Federal estate tax reform has no impact on New Jersey’s estate tax law. Beginning in 2018, the New Jersey estate tax was eliminated in its entirety. So, from a New Jersey state estate tax perspective, it generally does not matter whether you give away dollars during life or at death. The Garden State does, however, still have an inheritance tax that applies to transfers made to people other than your spouse, descendants or parents. If you are giving away any of your wealth to siblings, in-laws or cousins, you should ensure that you speak to your estate planning attorney about how New Jersey’s inheritance tax impacts the gift.

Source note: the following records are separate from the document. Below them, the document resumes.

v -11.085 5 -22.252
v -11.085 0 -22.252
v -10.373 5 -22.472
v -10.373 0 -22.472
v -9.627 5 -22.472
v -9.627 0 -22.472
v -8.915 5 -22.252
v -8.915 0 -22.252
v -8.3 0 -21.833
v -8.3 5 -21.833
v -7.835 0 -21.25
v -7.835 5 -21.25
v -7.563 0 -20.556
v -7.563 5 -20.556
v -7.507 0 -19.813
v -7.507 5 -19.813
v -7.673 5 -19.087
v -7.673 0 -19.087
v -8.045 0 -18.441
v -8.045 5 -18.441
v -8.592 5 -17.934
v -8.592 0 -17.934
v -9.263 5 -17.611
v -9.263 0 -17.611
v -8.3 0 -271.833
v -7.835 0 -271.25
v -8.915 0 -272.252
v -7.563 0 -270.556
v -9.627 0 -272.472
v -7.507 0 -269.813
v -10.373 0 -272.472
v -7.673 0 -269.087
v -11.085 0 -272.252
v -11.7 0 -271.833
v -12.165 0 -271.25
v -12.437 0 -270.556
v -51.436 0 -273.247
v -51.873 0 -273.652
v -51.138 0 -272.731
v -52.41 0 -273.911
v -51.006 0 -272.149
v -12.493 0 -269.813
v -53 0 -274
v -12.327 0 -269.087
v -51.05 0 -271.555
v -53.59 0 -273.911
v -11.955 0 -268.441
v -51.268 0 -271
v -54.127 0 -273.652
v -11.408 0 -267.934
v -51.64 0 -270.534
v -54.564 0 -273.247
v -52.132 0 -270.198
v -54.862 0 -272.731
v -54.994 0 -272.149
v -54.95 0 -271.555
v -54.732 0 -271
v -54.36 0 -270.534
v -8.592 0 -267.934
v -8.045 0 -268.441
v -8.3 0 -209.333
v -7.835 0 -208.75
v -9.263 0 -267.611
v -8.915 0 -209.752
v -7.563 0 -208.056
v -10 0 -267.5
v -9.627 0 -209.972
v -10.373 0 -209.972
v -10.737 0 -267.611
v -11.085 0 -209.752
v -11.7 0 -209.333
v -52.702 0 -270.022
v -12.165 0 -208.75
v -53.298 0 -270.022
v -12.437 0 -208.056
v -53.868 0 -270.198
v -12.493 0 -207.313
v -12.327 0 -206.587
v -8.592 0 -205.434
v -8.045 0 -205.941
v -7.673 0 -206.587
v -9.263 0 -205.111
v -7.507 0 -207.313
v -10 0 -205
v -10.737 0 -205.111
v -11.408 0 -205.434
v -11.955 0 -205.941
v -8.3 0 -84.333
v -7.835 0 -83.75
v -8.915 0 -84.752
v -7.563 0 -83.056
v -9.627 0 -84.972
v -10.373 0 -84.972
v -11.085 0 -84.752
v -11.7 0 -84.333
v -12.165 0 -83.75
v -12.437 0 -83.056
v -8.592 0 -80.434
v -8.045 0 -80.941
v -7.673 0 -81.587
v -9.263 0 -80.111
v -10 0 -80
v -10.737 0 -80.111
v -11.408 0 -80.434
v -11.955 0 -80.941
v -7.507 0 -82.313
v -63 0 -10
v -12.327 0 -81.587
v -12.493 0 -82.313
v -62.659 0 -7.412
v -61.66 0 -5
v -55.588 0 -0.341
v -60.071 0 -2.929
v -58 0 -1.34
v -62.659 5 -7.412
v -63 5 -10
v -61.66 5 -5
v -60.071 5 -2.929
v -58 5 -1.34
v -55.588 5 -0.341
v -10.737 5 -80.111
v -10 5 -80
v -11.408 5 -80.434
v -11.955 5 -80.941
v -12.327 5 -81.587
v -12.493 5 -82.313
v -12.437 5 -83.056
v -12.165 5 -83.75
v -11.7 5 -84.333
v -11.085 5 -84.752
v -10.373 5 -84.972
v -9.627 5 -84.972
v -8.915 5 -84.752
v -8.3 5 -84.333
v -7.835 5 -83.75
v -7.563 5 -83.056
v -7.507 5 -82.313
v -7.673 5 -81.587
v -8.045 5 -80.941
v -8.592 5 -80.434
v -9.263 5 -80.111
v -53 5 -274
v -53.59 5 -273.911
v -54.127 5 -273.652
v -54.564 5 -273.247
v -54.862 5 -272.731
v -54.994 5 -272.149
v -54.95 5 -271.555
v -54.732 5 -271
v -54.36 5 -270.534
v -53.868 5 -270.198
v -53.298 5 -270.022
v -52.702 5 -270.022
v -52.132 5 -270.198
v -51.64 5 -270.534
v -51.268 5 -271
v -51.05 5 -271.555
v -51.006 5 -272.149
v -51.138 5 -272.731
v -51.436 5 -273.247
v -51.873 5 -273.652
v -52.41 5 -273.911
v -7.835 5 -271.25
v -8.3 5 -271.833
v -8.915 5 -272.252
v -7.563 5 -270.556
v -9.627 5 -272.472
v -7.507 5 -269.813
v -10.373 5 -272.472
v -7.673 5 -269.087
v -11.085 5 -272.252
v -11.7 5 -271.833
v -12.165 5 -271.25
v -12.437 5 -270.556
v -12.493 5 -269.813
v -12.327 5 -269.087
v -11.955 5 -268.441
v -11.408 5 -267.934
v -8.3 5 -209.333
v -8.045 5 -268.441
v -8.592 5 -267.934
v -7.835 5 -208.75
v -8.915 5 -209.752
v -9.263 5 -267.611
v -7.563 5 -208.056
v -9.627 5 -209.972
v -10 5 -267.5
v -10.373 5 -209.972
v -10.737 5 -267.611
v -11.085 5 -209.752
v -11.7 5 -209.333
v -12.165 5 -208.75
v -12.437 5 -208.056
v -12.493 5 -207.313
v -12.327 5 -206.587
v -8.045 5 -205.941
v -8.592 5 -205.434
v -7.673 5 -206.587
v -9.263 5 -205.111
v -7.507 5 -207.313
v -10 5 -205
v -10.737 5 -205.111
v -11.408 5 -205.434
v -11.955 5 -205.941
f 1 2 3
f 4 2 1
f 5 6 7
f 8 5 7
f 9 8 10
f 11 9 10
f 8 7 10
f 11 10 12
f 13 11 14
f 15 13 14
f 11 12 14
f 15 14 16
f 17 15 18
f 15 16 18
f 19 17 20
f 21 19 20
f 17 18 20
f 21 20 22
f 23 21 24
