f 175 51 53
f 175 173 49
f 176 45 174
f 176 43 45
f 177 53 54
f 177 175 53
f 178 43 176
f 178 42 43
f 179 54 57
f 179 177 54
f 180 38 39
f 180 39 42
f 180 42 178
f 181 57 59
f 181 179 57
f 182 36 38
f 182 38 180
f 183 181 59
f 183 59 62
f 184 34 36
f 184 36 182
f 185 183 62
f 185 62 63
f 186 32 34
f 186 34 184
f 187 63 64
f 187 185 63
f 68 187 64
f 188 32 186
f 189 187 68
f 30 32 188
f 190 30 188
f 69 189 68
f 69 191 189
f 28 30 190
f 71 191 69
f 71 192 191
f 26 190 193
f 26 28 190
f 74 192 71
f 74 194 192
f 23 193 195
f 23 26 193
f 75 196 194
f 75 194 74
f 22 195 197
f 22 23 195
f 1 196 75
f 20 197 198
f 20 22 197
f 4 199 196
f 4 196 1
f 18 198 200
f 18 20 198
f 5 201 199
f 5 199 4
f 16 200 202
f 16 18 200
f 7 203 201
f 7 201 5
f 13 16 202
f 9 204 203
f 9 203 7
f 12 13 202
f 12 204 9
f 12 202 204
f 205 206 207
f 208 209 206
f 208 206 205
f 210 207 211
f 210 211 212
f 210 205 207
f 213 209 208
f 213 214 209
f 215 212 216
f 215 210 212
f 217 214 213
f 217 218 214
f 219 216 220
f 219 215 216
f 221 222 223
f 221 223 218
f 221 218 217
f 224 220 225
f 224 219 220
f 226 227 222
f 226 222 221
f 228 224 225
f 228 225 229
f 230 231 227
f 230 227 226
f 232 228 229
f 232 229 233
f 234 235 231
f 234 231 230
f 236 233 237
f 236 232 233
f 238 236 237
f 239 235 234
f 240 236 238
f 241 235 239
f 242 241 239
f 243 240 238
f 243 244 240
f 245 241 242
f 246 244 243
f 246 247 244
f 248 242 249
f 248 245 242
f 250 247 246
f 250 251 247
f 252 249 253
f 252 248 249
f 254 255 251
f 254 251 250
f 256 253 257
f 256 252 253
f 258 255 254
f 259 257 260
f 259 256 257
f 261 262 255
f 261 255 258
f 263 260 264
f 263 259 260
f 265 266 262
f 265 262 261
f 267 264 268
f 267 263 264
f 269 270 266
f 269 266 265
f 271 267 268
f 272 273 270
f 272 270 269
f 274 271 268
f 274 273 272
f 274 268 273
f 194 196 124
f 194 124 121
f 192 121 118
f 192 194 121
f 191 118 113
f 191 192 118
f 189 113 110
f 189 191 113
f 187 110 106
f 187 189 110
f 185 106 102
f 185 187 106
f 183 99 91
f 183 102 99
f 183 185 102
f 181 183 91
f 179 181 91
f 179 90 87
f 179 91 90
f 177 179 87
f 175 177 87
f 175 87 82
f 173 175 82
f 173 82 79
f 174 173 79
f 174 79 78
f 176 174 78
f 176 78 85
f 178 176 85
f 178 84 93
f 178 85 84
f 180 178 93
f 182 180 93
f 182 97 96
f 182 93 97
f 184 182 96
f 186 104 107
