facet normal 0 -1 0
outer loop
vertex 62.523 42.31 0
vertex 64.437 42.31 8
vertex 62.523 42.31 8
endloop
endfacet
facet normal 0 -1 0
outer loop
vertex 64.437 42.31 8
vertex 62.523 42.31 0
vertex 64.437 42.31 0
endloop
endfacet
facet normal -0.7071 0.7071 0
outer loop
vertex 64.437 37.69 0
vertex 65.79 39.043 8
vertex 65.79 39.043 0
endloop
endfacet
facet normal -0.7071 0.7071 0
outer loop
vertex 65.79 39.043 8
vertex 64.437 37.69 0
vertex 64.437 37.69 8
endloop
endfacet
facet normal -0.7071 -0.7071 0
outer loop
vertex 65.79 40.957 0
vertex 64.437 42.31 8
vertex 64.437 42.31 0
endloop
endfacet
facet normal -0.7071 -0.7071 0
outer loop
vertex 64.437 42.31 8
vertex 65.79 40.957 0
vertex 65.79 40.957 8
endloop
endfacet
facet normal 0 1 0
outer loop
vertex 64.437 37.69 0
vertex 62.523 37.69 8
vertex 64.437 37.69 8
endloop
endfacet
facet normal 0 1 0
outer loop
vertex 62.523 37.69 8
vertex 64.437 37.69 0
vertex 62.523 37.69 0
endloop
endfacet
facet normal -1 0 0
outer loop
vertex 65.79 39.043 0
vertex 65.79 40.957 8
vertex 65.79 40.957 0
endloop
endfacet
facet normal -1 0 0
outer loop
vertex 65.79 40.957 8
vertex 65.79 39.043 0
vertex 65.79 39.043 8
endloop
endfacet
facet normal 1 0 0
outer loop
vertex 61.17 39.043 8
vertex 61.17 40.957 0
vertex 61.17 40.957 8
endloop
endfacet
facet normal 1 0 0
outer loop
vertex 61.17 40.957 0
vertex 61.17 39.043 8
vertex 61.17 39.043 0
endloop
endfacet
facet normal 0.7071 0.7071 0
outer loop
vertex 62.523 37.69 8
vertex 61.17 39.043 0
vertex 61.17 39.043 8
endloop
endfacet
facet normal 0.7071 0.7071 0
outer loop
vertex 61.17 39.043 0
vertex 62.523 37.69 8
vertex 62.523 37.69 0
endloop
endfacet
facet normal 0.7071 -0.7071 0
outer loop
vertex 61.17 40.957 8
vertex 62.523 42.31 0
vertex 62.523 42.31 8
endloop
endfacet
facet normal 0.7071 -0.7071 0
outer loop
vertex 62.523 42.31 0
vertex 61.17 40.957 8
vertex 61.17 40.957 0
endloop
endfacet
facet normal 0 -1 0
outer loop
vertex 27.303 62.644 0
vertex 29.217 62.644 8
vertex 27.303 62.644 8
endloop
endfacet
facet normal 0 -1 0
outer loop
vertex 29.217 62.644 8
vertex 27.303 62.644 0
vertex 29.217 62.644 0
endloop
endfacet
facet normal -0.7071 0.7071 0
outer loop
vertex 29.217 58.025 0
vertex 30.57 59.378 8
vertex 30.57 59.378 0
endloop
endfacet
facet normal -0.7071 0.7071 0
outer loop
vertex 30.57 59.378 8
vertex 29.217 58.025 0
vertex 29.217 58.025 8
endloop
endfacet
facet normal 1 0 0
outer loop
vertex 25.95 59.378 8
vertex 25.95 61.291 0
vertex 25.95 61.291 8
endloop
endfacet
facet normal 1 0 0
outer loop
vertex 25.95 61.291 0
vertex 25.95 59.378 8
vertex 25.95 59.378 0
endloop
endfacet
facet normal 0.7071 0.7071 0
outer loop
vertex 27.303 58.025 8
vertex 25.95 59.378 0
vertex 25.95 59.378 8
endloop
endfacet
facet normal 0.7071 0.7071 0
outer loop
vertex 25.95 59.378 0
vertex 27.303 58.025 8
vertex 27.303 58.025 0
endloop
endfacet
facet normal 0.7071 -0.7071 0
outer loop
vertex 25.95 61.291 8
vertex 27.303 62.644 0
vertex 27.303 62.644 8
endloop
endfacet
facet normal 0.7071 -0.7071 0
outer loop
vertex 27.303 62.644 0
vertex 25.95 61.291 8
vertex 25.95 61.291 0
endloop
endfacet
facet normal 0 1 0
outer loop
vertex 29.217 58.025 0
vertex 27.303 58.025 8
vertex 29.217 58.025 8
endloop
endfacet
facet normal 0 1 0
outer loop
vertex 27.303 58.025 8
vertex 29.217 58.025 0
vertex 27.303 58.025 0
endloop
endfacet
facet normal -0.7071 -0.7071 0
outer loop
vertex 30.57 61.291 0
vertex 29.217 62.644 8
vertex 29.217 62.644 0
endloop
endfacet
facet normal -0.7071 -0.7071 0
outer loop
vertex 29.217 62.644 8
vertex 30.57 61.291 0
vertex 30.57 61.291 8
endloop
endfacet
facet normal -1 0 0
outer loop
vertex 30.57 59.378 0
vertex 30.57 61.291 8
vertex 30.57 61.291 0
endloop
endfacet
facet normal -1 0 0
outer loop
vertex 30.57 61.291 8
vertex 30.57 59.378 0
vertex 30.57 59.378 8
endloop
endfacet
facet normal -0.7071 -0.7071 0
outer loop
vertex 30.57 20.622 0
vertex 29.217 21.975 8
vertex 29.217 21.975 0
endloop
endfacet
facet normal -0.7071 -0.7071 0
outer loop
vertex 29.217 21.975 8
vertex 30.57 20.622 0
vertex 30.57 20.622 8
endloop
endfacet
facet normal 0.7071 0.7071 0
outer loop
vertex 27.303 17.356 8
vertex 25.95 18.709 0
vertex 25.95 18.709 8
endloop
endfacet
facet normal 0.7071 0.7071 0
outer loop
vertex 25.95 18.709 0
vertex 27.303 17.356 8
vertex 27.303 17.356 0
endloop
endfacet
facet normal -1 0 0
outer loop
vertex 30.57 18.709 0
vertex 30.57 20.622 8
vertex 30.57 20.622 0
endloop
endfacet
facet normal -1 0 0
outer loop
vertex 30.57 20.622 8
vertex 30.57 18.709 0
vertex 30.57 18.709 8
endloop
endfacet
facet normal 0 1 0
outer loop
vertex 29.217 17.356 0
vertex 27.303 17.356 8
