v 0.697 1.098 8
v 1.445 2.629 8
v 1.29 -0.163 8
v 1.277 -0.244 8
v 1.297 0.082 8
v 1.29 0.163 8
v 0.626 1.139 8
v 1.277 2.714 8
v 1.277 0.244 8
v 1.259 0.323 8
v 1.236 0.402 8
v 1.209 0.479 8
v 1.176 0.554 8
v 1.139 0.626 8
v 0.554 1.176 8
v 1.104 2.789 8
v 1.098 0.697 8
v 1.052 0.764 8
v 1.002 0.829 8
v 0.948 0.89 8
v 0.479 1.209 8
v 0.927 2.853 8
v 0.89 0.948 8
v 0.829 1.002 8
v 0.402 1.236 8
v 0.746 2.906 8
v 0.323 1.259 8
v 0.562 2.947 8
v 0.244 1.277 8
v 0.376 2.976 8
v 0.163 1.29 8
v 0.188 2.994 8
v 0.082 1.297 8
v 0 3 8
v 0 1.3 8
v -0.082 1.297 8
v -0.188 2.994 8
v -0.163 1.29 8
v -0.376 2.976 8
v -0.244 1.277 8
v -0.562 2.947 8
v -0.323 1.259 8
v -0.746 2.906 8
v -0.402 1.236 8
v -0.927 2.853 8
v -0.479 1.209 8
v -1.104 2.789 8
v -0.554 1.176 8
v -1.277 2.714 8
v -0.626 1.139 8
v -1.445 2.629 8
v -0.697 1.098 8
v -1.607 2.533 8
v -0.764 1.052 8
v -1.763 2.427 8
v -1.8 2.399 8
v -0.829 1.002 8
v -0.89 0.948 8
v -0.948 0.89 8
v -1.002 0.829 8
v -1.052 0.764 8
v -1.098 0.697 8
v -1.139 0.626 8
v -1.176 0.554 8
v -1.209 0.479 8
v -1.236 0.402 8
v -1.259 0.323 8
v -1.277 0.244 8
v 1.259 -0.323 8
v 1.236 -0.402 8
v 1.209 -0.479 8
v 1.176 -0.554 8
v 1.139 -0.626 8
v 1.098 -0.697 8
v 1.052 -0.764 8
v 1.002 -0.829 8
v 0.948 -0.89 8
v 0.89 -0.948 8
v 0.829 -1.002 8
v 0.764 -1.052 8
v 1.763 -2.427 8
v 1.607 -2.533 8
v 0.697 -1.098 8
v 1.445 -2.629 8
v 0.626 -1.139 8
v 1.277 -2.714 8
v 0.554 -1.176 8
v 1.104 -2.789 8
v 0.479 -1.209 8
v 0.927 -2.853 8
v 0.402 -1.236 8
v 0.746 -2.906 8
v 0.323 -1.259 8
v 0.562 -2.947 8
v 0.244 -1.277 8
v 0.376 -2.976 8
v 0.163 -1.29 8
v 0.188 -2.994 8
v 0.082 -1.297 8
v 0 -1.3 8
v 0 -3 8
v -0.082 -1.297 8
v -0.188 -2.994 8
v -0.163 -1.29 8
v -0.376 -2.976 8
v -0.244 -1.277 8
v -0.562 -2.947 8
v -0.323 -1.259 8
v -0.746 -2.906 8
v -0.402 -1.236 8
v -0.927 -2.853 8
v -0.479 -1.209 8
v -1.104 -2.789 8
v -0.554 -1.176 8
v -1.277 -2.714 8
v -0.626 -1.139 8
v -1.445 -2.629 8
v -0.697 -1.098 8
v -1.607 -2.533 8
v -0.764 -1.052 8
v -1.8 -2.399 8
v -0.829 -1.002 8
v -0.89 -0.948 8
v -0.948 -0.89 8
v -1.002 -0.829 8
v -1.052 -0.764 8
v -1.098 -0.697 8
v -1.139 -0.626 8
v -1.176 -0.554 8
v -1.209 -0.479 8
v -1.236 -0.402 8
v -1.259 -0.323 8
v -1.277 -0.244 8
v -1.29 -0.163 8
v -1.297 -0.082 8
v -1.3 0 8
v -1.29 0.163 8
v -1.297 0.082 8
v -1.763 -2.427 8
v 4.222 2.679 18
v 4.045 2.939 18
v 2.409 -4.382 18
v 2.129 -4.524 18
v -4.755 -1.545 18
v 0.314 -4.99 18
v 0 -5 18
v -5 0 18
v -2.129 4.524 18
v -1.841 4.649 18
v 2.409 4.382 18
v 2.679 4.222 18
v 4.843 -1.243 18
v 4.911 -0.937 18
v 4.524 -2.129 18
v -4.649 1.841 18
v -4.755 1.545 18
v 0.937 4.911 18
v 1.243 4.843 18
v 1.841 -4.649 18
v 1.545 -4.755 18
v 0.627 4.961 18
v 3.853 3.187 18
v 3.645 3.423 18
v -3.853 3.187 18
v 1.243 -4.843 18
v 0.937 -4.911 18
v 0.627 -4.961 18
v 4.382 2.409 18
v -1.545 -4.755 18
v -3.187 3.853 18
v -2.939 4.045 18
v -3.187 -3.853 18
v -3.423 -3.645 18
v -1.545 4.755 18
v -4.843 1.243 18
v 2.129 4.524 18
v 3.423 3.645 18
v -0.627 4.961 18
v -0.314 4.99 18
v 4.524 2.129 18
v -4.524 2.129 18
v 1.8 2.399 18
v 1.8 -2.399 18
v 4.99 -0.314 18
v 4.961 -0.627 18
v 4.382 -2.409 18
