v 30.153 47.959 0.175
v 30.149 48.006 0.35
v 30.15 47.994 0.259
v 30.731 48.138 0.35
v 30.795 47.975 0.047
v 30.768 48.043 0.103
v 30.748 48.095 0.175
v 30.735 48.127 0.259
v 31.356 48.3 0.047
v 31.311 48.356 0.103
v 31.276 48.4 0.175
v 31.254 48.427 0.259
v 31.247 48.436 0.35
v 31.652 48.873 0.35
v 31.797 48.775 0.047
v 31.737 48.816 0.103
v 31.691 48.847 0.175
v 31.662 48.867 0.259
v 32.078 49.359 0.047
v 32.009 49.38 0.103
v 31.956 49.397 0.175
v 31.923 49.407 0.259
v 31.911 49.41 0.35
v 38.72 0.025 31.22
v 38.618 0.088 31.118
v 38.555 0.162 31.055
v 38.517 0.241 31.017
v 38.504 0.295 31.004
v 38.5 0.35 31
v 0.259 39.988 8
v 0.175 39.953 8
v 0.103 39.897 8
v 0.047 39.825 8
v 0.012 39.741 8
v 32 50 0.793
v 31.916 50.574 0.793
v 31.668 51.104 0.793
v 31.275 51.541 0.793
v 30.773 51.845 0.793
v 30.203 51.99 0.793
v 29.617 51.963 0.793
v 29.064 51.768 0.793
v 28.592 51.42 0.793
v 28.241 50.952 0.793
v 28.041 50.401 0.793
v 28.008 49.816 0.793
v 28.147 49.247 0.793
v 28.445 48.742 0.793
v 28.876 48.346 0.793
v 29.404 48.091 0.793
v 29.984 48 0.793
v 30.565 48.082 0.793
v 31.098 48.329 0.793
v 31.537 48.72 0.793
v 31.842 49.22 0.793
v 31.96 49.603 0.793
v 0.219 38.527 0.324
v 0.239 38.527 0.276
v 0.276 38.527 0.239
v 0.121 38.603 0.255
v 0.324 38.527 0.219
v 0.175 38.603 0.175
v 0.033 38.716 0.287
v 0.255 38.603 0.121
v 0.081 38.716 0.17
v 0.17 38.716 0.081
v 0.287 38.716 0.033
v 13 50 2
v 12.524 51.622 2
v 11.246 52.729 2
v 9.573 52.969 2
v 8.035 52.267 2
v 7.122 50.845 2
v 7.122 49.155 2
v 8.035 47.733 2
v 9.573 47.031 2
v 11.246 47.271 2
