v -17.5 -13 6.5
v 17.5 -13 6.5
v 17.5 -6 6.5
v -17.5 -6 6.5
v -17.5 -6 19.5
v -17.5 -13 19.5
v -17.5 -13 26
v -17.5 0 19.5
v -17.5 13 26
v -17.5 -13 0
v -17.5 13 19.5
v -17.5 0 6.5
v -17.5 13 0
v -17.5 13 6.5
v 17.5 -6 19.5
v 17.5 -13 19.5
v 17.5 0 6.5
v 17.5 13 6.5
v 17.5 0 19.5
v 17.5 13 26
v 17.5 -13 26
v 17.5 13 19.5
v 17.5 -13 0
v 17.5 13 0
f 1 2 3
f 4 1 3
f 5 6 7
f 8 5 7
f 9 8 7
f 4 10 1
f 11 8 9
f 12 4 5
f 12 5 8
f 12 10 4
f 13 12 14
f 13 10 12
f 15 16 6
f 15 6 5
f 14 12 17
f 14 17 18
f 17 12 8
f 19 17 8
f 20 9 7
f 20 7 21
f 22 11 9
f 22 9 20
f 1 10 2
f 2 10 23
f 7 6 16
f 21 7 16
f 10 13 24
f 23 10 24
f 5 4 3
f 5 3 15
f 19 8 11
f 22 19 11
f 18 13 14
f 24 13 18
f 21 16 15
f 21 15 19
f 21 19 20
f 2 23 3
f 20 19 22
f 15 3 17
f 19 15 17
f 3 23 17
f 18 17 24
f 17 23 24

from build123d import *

# Parameters (mm, degrees)
SKETCH_1_W          = 35
SKETCH_1_H          = 26
EXTRUDE_1_DEPTH     = 26
SKETCH_3_W          = 13
SKETCH_3_H          = 13
SKETCH_3_H_2        = 7
CUT_EXTRUDE_1_DEPTH = 43


with BuildPart() as part:
    # 草圖1 → 填料-伸長1 (new body)
    with BuildSketch(Plane.XY):
        Rectangle(SKETCH_1_W, SKETCH_1_H)
    extrude(amount=EXTRUDE_1_DEPTH)

    # 草圖3 → 除料-伸長1 (cut)
    with BuildSketch(Plane.ZY.offset(17.5)):
        with Locations((13, 6.5)):
            Rectangle(SKETCH_3_W, SKETCH_3_H)
        with Locations((13, -9.5)):
            Rectangle(SKETCH_3_W, SKETCH_3_H_2)
    extrude(amount=-CUT_EXTRUDE_1_DEPTH, mode=Mode.SUBTRACT)


solid = part.part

Unlike New York or New Jersey, Connecticut’s state exemption amount will eventually be impacted by the increase in the federal exemption. For a long time, Connecticut’s state estate tax exemption remained steady at $2 million. In 2019, it rose to $3.6 million. In 2021, it is now $7.1 million. This will rise to $9.1 million in 2022, and much to the delight of wealthy Connecticut residents, it will rise to match the federal exemption in effect in 2023. Unlike other states that have an estate tax but not a gift tax, though, Connecticut’s gift and estate taxes are unified (similar to federal). So, every dollar you give away during life reduces the amount that you can give away at death without incurring Connecticut estate tax. High net worth Connecticut residents who already used up their previous exemption amount may wish to make an additional gift each year from now until 2022 up to the current exemption amount that year, with more substantial gifts in 2023.
If you reside in a state that imposes a state estate tax, it is crucial that your estate plan addresses state estate tax. It is also important to note that for many individuals in the highest income tax bracket, tax reform has essentially made your payment of state income tax more expensive (by severely limiting the SALT deduction). For those with significantly high state income taxes, certain state income tax savings strategies such as incomplete non-grantor trusts (“INGs”) may prove even more powerful in light of tax reform. An ING is a
sophisticated type of non-grantor trust that, if drafted, funded and administered property, can reduce your state income tax bill. There are several considerations in deciding whether to move forward with a strategy like this, such as: does your home state respect them (New York does not, but California still does), are you willing to invest the time and money it takes to set them up (IRS approval is generally recommended, and that is pricey) and do your personal circumstances warrant it?
While there is still a federal estate tax (and state estate tax in some states), the federal exemption has dramatically increased; but there is an expiration date. This temporary increase provides a limited window of opportunity to reduce your taxable estate by making additional gifts. You should consult with your advisor and estate planning attorney in order to determine the optimal way to make those gifts, and also to determine whether your current estate planning documents require revisions in light of the recent changes.